Want more economic development, South Dakota? Stop scaring women away with your continual attack on reproductive rights, says Rep. Peggy Gibson:

The biggest disappointment to me is how women are treated in the state of South Dakot—very repressive. We have to keep going over and over the abortion issue, even though it was voted in 2006 and 2008 to leave the issue alone, let women, her family, her pastor decide on women’s reproductive rights. But we’re continually attacked.

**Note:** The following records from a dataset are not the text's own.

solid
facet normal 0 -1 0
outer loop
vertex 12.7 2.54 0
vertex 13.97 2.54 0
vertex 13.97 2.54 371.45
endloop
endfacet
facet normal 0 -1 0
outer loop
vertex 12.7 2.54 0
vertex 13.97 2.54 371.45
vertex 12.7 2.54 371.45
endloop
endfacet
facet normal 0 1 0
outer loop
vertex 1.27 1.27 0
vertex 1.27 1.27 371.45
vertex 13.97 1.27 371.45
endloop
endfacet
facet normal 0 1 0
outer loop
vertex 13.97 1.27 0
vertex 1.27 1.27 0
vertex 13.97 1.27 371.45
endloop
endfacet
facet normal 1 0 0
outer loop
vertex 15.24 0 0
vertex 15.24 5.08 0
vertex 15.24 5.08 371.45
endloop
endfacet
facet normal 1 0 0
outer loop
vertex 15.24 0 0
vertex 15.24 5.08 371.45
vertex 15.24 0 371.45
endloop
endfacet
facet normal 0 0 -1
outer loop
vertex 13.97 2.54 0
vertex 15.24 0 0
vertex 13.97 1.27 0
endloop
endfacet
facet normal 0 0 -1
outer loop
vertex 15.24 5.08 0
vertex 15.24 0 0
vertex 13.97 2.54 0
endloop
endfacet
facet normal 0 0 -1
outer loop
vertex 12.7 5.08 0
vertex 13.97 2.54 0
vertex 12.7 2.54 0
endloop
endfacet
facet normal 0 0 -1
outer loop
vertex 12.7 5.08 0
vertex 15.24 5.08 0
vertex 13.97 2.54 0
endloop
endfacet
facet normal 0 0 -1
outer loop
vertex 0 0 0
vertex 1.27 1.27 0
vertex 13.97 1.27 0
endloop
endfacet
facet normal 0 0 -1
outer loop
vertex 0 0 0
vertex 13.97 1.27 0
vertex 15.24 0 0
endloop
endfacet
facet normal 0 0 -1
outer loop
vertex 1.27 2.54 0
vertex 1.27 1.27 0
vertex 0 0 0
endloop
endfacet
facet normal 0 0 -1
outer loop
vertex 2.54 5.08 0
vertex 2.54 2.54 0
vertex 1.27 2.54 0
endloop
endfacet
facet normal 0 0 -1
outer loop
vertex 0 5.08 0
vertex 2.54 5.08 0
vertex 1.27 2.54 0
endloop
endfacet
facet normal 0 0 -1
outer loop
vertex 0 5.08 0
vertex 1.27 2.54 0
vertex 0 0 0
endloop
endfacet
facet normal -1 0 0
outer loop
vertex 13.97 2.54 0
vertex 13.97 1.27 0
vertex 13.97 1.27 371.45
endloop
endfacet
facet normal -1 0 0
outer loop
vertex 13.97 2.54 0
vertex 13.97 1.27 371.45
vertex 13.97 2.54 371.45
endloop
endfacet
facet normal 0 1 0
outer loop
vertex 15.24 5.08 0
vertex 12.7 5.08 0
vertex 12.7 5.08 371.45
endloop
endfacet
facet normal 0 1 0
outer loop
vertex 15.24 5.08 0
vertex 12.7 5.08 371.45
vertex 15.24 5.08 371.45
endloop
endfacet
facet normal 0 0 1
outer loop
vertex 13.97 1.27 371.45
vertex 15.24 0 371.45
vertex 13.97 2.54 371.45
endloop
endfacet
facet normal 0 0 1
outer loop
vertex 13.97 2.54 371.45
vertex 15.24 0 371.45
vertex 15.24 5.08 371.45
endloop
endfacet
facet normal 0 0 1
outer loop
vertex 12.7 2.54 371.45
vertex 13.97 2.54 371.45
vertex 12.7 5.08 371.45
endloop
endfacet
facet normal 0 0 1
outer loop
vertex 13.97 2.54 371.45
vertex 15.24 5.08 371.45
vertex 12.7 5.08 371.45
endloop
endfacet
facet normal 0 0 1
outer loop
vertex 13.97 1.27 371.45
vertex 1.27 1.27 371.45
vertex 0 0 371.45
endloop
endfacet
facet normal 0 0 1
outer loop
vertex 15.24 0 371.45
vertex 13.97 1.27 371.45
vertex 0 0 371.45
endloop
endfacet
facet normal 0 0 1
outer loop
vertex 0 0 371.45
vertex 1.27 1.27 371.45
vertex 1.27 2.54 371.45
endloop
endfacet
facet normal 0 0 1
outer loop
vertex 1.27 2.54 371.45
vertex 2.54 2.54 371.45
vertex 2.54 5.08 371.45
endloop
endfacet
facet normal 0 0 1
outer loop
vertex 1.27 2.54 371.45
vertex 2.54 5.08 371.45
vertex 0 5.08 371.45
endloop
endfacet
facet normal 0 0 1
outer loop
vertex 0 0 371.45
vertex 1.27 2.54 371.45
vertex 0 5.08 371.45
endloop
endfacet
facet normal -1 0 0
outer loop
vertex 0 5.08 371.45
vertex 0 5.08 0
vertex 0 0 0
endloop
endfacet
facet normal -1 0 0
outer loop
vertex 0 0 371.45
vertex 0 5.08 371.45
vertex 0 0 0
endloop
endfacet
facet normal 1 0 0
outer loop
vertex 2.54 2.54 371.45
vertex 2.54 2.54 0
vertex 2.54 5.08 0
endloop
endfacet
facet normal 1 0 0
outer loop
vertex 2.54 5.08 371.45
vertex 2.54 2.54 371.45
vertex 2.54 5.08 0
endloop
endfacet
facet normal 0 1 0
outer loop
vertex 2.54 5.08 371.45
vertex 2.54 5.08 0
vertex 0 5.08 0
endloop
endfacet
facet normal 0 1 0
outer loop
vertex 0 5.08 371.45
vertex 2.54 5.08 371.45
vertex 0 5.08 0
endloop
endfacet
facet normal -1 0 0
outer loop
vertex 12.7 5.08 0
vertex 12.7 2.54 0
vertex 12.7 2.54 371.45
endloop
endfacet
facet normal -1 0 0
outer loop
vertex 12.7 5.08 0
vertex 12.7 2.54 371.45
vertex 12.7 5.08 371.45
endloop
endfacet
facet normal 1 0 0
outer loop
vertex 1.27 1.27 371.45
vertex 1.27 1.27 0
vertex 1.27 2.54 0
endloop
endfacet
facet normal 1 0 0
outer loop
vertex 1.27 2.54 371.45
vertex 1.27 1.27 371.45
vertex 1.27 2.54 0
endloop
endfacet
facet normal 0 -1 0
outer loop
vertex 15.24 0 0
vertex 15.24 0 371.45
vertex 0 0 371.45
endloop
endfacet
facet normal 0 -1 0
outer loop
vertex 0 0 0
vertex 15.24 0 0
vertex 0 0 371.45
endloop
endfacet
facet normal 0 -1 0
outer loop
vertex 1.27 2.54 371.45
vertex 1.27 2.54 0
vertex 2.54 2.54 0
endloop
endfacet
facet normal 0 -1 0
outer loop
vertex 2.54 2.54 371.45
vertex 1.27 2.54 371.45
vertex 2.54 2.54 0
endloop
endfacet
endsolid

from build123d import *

# Parameters (mm, degrees)
F1_DEPTH = 371.4496


with BuildPart() as f1:
    # F0 (on Top) → F1 (new body)
    with BuildSketch(Plane.XY):
        Polygon((0, 5.08), (0, 0), (7.62, 0), (7.62, 1.27), (1.27, 1.27), (1.27, 2.54), (2.54, 2.54), (2.54, 5.08), align=None)
    extrude(amount=F1_DEPTH)

    # F2: F1 across face


with BuildPart() as f1_1:
    add(f1.part)
    add(f1.part.mirror(Plane(origin=(7.62, 0.635, 185.7248), x_dir=(0, 1, 0), z_dir=(1, 0, 0))))


solid = f1_1.part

The State of South Dakota wants to have economic development. However, for my own children’s coming back home to South Dakota… my daughters-in-law are going, “Oh my God! Look at how women are treated in the state!” Look at the signs that are up. Look at the signals women don’t have reproductive rights in the state of South Dakota. Do they want to take our drivers licenses away from us next? It’s horrible [Rep. Peggy Gibson, interview, Dakota Free Press, 2015.03.13].

Governor Daugaard, Rep. Mickelson, please understand that all the smell of cow manure—er, money—won’t keep women from noticing that moving to South Dakota will cost them and their daughters important rights. And as the fridge magnet says, if Mama ain’t movin’, ain’t nobody movin’.

11 Comments

  1. Paul Seamans

    I don’t know all that much about Rep. Peggy Gibson but I think that maybe I might like her.

  2. larry kurtz

    twenty fifteen, cory; not two thousand fifteen.

  3. Larry, not in France it ain’t. Or Russia.

  4. leslie

    if you don’t look like noem and our new SOS, your future in higher politics is more limited, from SDGOP’s racist, mysogynistic perspective in general, imo. look at how tyler, wismer and blake were severely, personally criticized in the election.

    three strong, strong dem candidates that we should fully back at every opportunity.

  5. Kathy Tyler

    Thank you.

  6. grudznick

    Mr. H, can you post a link to your testimonies on the budget passing or anything on that highway funding bill? It is neat that all these legislatures talked to you on camera and I like the backgrounds you picked out for them all, but did you have time to lobby and testify on anything?

  7. Deb Geelsdottir

    Yes, thanks to the brave women and men in the SD legislature who fought for equal rights for girls and women.

    Rep. Gibson is exactly right about what the Republican War on Women, particularly as manifested in SD, does for SD’s economy. I have 6 nieces born in SD. None of them live there now. I have 7 female cousins born in SD. None of them live there now. BTW, all 13 of those women are very productive members of society, 10 are professionals in the states they enjoy.

    The Republican War on Women is one of the leading reasons those young women left.

  8. Grudz, there is no public testimony on the last day of session. I did speak to legislators on the conference committee about SB 69. So I did a little lobby alongside of spending a full day as journalist.

    And how did you spend your Friday?

  9. Deb, the ex-pat count among your female nieces and cousins is remarkable and depressing. Do they ever have any conversation along the lines of, “Well, I would go back, but…”?

  10. Deb Geelsdottir

    Cory, the conversations are more like, “Did you hear what they (SD government) are doing now?!” Incredulously spoken. Most often goes more like this, “There is nothing for me there.”

    It’s as if the SD Republicans are actively working on ways to repel young, smart, creative professionals. And maybe they are. Maybe they want desperate and ignorant unskilled people who will work for little while those Republicans and their corporate owners rake in the money. Good god I hope I’m wrong.

    What is needed is exactly what the we discussed recently on another post. It was about a local candidate who described precisely what successful states do, and prescribed it for SD.